Mixing a uniform distribution with a normal distribution

Here is my Problem.

Let X~Uniform(0,2) and Y~Normal(0,1) be independent random variables. Let

Z ={1 if X > Y

{2 if X <Y

Find E[Z] and V ar[Z]. You may leave your answers in terms of denite integrals.

My big question is, how can we join a uniform and a normal distribution on the same probability density function.

Thank you

Re: Mixing a uniform distribution with a normal distribution

Quote:

Originally Posted by

**solvj** Here is my Problem.

Let X~Uniform(0,2) and Y~Normal(0,1) be independent random variables. Let

Z ={1 if X > Y

{2 if X <Y

Find E[Z] and V ar[Z]. You may leave your answers in terms of denite integrals.

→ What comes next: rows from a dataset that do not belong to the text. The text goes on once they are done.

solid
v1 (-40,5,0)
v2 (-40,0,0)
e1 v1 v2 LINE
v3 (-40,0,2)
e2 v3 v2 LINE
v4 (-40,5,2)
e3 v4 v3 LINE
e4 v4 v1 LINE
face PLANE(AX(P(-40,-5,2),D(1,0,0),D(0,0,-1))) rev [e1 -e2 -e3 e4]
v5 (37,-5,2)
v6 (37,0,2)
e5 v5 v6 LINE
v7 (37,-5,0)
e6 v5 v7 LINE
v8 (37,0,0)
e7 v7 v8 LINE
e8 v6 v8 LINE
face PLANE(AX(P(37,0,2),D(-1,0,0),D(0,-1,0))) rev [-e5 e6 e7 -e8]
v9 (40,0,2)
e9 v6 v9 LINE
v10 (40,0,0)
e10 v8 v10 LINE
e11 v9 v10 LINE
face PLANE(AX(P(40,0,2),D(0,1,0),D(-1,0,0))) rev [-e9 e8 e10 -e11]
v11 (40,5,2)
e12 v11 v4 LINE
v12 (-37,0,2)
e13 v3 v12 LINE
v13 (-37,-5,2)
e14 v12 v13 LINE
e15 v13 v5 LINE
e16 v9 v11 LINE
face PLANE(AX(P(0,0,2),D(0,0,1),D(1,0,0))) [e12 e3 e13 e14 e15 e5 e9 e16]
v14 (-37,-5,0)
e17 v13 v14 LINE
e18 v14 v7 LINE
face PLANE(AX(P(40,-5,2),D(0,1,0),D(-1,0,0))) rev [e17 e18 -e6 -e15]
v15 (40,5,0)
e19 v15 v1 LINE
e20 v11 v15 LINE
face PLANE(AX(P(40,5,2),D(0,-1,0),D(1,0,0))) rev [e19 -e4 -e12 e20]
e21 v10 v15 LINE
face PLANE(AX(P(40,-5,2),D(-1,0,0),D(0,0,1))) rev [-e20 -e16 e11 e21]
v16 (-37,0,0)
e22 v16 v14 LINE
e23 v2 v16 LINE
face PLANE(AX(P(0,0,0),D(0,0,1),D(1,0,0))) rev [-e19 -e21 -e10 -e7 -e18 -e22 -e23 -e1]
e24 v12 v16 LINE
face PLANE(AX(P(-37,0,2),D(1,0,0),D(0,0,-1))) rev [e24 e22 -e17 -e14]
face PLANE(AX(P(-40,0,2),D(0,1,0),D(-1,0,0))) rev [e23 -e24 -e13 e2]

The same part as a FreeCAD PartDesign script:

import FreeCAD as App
import Part
import Sketcher
from FreeCAD import Vector
Q = App.Units.Quantity

doc = App.newDocument("Part")
body = doc.addObject("PartDesign::Body", "Body")

sketch1 = body.newObject("Sketcher::SketchObject", "Sketch")
sketch1.AttachmentSupport = (doc.getObject("XY_Plane"), [""])
sketch1.MapMode = "FlatFace"
sketch1.addGeometry(Part.LineSegment(Vector(-40, 5, 0), Vector(-40, -5, 0)), False)
sketch1.addGeometry(Part.LineSegment(Vector(-40, -5, 0), Vector(40, -5, 0)), False)
sketch1.addGeometry(Part.LineSegment(Vector(40, -5, 0), Vector(40, 5, 0)), False)
sketch1.addGeometry(Part.LineSegment(Vector(40, 5, 0), Vector(-40, 5, 0)), False)
sketch1.addConstraint(Sketcher.Constraint("Coincident", 0, 2, 1, 1))
sketch1.addConstraint(Sketcher.Constraint("Coincident", 1, 2, 2, 1))
sketch1.addConstraint(Sketcher.Constraint("Coincident", 2, 2, 3, 1))
sketch1.addConstraint(Sketcher.Constraint("Coincident", 3, 2, 0, 1))
sketch1.addConstraint(Sketcher.Constraint("Vertical", 0))
sketch1.addConstraint(Sketcher.Constraint("Horizontal", 1))
sketch1.addConstraint(Sketcher.Constraint("Vertical", 2))
sketch1.addConstraint(Sketcher.Constraint("Horizontal", 3))
sketch1.addConstraint(Sketcher.Constraint("Symmetric", 0, 2, 2, 2, -1, 1))
sketch1.addConstraint(Sketcher.Constraint("DistanceX", 1, 1, 1, 2, Q("80 mm")))
sketch1.addConstraint(Sketcher.Constraint("DistanceY", 0, 2, 0, 1, Q("10 mm")))
pad1 = body.newObject("PartDesign::Pad", "Pad")
pad1.Profile = sketch1
pad1.Length = 2

sketch2 = body.newObject("Sketcher::SketchObject", "Sketch001")
sketch2.AttachmentSupport = (doc.getObject("XY_Plane"), [""])
sketch2.MapMode = "FlatFace"
sketch2.addGeometry(Part.LineSegment(Vector(-37, 0, 0), Vector(-37, -5, 0)), False)
sketch2.addGeometry(Part.LineSegment(Vector(-37, -5, 0), Vector(-40, -5, 0)), False)
sketch2.addGeometry(Part.LineSegment(Vector(-40, -5, 0), Vector(-40, 0, 0)), False)
sketch2.addGeometry(Part.LineSegment(Vector(-40, 0, 0), Vector(-37, 0, 0)), False)
sketch2.addGeometry(Part.LineSegment(Vector(40, 0, 0), Vector(40, -5, 0)), False)
sketch2.addGeometry(Part.LineSegment(Vector(40, -5, 0), Vector(37, -5, 0)), False)
sketch2.addGeometry(Part.LineSegment(Vector(37, -5, 0), Vector(37, 0, 0)), False)
sketch2.addGeometry(Part.LineSegment(Vector(37, 0, 0), Vector(40, 0, 0)), False)
sketch2.addConstraint(Sketcher.Constraint("Coincident", 0, 2, 1, 1))
sketch2.addConstraint(Sketcher.Constraint("Coincident", 1, 2, 2, 1))
sketch2.addConstraint(Sketcher.Constraint("Coincident", 2, 2, 3, 1))
sketch2.addConstraint(Sketcher.Constraint("Coincident", 3, 2, 0, 1))
sketch2.addConstraint(Sketcher.Constraint("Coincident", 4, 2, 5, 1))
sketch2.addConstraint(Sketcher.Constraint("Coincident", 5, 2, 6, 1))
sketch2.addConstraint(Sketcher.Constraint("Coincident", 6, 2, 7, 1))
sketch2.addConstraint(Sketcher.Constraint("Coincident", 7, 2, 4, 1))
sketch2.addConstraint(Sketcher.Constraint("Vertical", 0))
sketch2.addConstraint(Sketcher.Constraint("Horizontal", 1))
sketch2.addConstraint(Sketcher.Constraint("Vertical", 2))
sketch2.addConstraint(Sketcher.Constraint("Horizontal", 3))
sketch2.addConstraint(Sketcher.Constraint("Vertical", 4))
sketch2.addConstraint(Sketcher.Constraint("Horizontal", 5))
sketch2.addConstraint(Sketcher.Constraint("Vertical", 6))
sketch2.addConstraint(Sketcher.Constraint("Horizontal", 7))
sketch2.addConstraint(Sketcher.Constraint("Symmetric", 3, 2, 6, 2, -1, 1))
sketch2.addConstraint(Sketcher.Constraint("Symmetric", 1, 2, 4, 2, -2))
sketch2.addConstraint(Sketcher.Constraint("PointOnObject", 2, 2, -1))
sketch2.addConstraint(Sketcher.Constraint("DistanceX", 1, 2, 1, 1, Q("3 mm")))
sketch2.addConstraint(Sketcher.Constraint("DistanceY", 0, 2, 0, 1, Q("5 mm")))
sketch2.addConstraint(Sketcher.Constraint("DistanceX", 0, 2, -1, 1, Q("37 mm")))
pocket1 = body.newObject("PartDesign::Pocket", "Pocket")
pocket1.Profile = sketch2
pocket1.Type = "ThroughAll"
pocket1.Reversed = True

doc.recompute()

My big question is, how can we join a uniform and a normal distribution on the same probability density function.

Thank you

If you know $\displaystyle x$ you can find $\displaystyle P(Y<x)$, which is the conditional probability $\displaystyle P(Z=1|X=x)$ that $\displaystyle Z=1$. Then integrate this multiplied by the pdf of $\displaystyle X$ to get the unconditional probability that $\displaystyle Z=1$.

CB

Re: Mixing a uniform distribution with a normal distribution

Quote:

Originally Posted by

**solvj** Here is my Problem.

Let X~Uniform(0,2) and Y~Normal(0,1) be independent random variables. Let

Z ={1 if X > Y

{2 if X <Y

Find E[Z] and V ar[Z]. You may leave your answers in terms of denite integrals.

My big question is, how can we join a uniform and a normal distribution on the same probability density function.

Thank you

Some cautions have to be taken because X and Y are continuos variables and Z is a discrete variable. The most sure way is to valuate the probability...

$\displaystyle P\{X > Y\}= P\{X > \alpha\}\ P\{Y < \alpha\} $ (1)

The first step...

$\displaystyle P\{X > \alpha\} = 1- \frac{\alpha}{2}\ ,\ 0< \alpha<2 ; 1 , \alpha<0 ; 0 , \alpha > 2$ (2)

$\displaystyle P\{Y < \alpha\} = \frac{1}{2}\ (1+ \text{erf}\ \frac{\alpha}{\sqrt{2}})$ (3)

Now other steps are...

a) use (2) and (3) to obtain (1)...

b) compute the derivative $\displaystyle \pi (\alpha)$ of (1) respect to $\displaystyle \alpha$ ...

c) compute...

$\displaystyle P\{Z=1\} = \int_{-\infty}^{+ \infty} \pi(\alpha)\ d \alpha$ (4)

d) use the result c) to compute $\displaystyle P\{Z=2\}$ , $\displaystyle E \{Z\}$ , $\displaystyle V\{Z\}$...

All these steps are left to You...

Kind regards

$\displaystyle \chi$ $\displaystyle \sigma$

Re: Mixing a uniform distribution with a normal distribution

So if I understand quite good, I should get P(x>Y)=P(Z=1|X=x)

I need to find P(X>Y)=P(Z=1)=integral from 0 to 2 (P(Z=1|X=x)*P(X=x)dx)

But what is P(x>Y)??

Re: Mixing a uniform distribution with a normal distribution

Thanks to both of you, my problem is solved.